“O nothing! only the devil is to pay among the Shawnees again.”
“How did you know we were here?”
“I seen you go, and I can tell you, as I just now told you, you must do this courting at home, or in some safer place than this.”
Kingman concluded that the advice of the ranger was good, and arose at once.
Whether the storm of war would not have reached our settlement or not it is difficult to tell. But the smouldering fire among the frontier was fanned into a raging flame by the perpetration of one of the greatest outrages that ever disgraced the American history. In March, 1782, Colonel Daniel Williamson and his command inhumanly massacred over a hundred of the peaceful Moravian Indians. These had long been such warm friends to the whites that they had incurred the displeasure of their own people thereby, and their murder was therefore entirely unprovoked and without the shadow of excuse.
Colonel Williamson sowed the wind and others reaped the whirlwind.
CHAPTER XIII.
REAPING THE WHIRLWIND.
A few days subsequent to the massacre of the Moravian Indians, Abe Moffat made his appearance at the village, and reported their slaughter. For days nothing else was referred to, and the minister, Edwards, was so heartbroken that he started at once and alone through the wilderness to satisfy himself of the full extent of horrors.
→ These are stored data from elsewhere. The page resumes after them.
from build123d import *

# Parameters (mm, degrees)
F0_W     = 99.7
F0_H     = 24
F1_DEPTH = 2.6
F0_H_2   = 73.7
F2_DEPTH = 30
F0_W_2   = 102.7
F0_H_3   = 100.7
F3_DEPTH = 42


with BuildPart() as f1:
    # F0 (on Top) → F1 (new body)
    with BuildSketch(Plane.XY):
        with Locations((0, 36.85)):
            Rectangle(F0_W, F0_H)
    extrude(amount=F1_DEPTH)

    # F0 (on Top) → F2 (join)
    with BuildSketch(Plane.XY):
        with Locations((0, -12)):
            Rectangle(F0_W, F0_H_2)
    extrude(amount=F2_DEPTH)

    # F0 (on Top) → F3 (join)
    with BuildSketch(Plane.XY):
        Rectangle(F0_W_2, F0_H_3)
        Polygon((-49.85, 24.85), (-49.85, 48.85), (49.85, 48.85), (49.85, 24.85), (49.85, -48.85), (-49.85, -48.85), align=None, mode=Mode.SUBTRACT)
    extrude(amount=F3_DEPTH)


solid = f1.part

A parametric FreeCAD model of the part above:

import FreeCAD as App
import Part
import Sketcher

V = App.Vector


def add_polygon(sketch, points):
    """Adds a closed chain of lines whose ends are joined by coincident constraints."""
    first, n = sketch.GeometryCount, len(points)
    for a, b in zip(points, points[1:] + points[:1]):
        sketch.addGeometry(Part.LineSegment(App.Vector(*a, 0), App.Vector(*b, 0)), False)
    for i in range(n):
        sketch.addConstraint(Sketcher.Constraint("Coincident", first + i, 2, first + (i + 1) % n, 1))

doc = App.newDocument("Part")
body = doc.addObject("PartDesign::Body", "Body")

# Sketch on XY plane
sketch1 = body.newObject("Sketcher::SketchObject", "Sketch")
sketch1.AttachmentSupport = (doc.getObject("XY_Plane"), [""])
sketch1.MapMode = "FlatFace"
add_polygon(sketch1, [(-50, 49), (-50, 25), (50, 25), (50, 49)])  # lines 0-3
sketch1.addConstraint([
    Sketcher.Constraint("Vertical", 0),
    Sketcher.Constraint("Horizontal", 1),
    Sketcher.Constraint("Vertical", 2),
    Sketcher.Constraint("Horizontal", 3),
    Sketcher.Constraint("DistanceY", 0, 2, 0, 1, 24.0),
    Sketcher.Constraint("DistanceX", 1, 1, 1, 2, 99.7),
    Sketcher.Constraint("DistanceX", 0, 2, -1, 1, 49.85),
    Sketcher.Constraint("DistanceY", -1, 1, 0, 2, 24.85),
])
pad1 = body.newObject("PartDesign::Pad", "Pad")
pad1.Profile = sketch1
pad1.Length = 2.6

# Sketch on XY plane
sketch2 = body.newObject("Sketcher::SketchObject", "Sketch001")
sketch2.AttachmentSupport = (doc.getObject("XY_Plane"), [""])
sketch2.MapMode = "FlatFace"
add_polygon(sketch2, [(-50, 25), (-50, -49), (50, -49), (50, 25)])  # lines 0-3
sketch2.addConstraint([
    Sketcher.Constraint("Vertical", 0),
    Sketcher.Constraint("Horizontal", 1),
    Sketcher.Constraint("Vertical", 2),
    Sketcher.Constraint("Horizontal", 3),
    Sketcher.Constraint("DistanceX", 1, 1, 1, 2, 99.7),
    Sketcher.Constraint("DistanceY", 0, 2, 0, 1, 73.7),
    Sketcher.Constraint("DistanceX", 0, 2, -1, 1, 49.85),
    Sketcher.Constraint("DistanceY", 0, 2, -1, 1, 48.85),
])
pad2 = body.newObject("PartDesign::Pad", "Pad001")
pad2.Profile = sketch2
pad2.Length = 30

# Sketch on XY plane
sketch3 = body.newObject("Sketcher::SketchObject", "Sketch002")
sketch3.AttachmentSupport = (doc.getObject("XY_Plane"), [""])
sketch3.MapMode = "FlatFace"
add_polygon(sketch3, [(-51, 50), (-51, -50), (51, -50), (51, 50)])  # lines 0-3
add_polygon(sketch3, [(-50, -49), (-50, 49), (50, 49), (50, -49)])  # lines 4-7
sketch3.addConstraint([
    Sketcher.Constraint("Vertical", 0),
    Sketcher.Constraint("Horizontal", 1),
    Sketcher.Constraint("Vertical", 2),
    Sketcher.Constraint("Horizontal", 3),
    Sketcher.Constraint("Vertical", 4),
    Sketcher.Constraint("Horizontal", 5),
    Sketcher.Constraint("Vertical", 6),
    Sketcher.Constraint("Horizontal", 7),
    Sketcher.Constraint("Symmetric", 0, 2, 2, 2, -1, 1),
    Sketcher.Constraint("Symmetric", 4, 2, 6, 2, -1, 1),
    Sketcher.Constraint("DistanceX", 1, 1, 1, 2, 102.7),
    Sketcher.Constraint("DistanceX", 5, 1, 5, 2, 99.7),
    Sketcher.Constraint("DistanceY", 0, 2, 0, 1, 100.7),
    Sketcher.Constraint("DistanceY", 4, 1, 4, 2, 97.7),
])
pad3 = body.newObject("PartDesign::Pad", "Pad002")
pad3.Profile = sketch3
pad3.Length = 42

doc.recompute()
The distance to the scene of the massacre was great, and it was a week’s journey to go and return; but an impetus, such as seldom influence the motives of any one, impelled him forward. He arrived upon the ground late at night. With a silent and cautious tread the divine emerged from the forest and walked through the stricken village.
There was a faint moon overhead that threw a ghastly light upon the scene, and the ripple of the muddy Tuscarora, as it flowed darkly by, was the only sound that disturbed the solemn stillness. All at once, and unconsciously to himself, he came upon the edge of the pit containing the slaughtered bodies. At sight of the putrid Indians, piled promiscuously together, and rendered doubly woful by the moonlight streaming down upon them, a sudden faintness overcame him, and ere he could withdraw, he fainted and swooned away.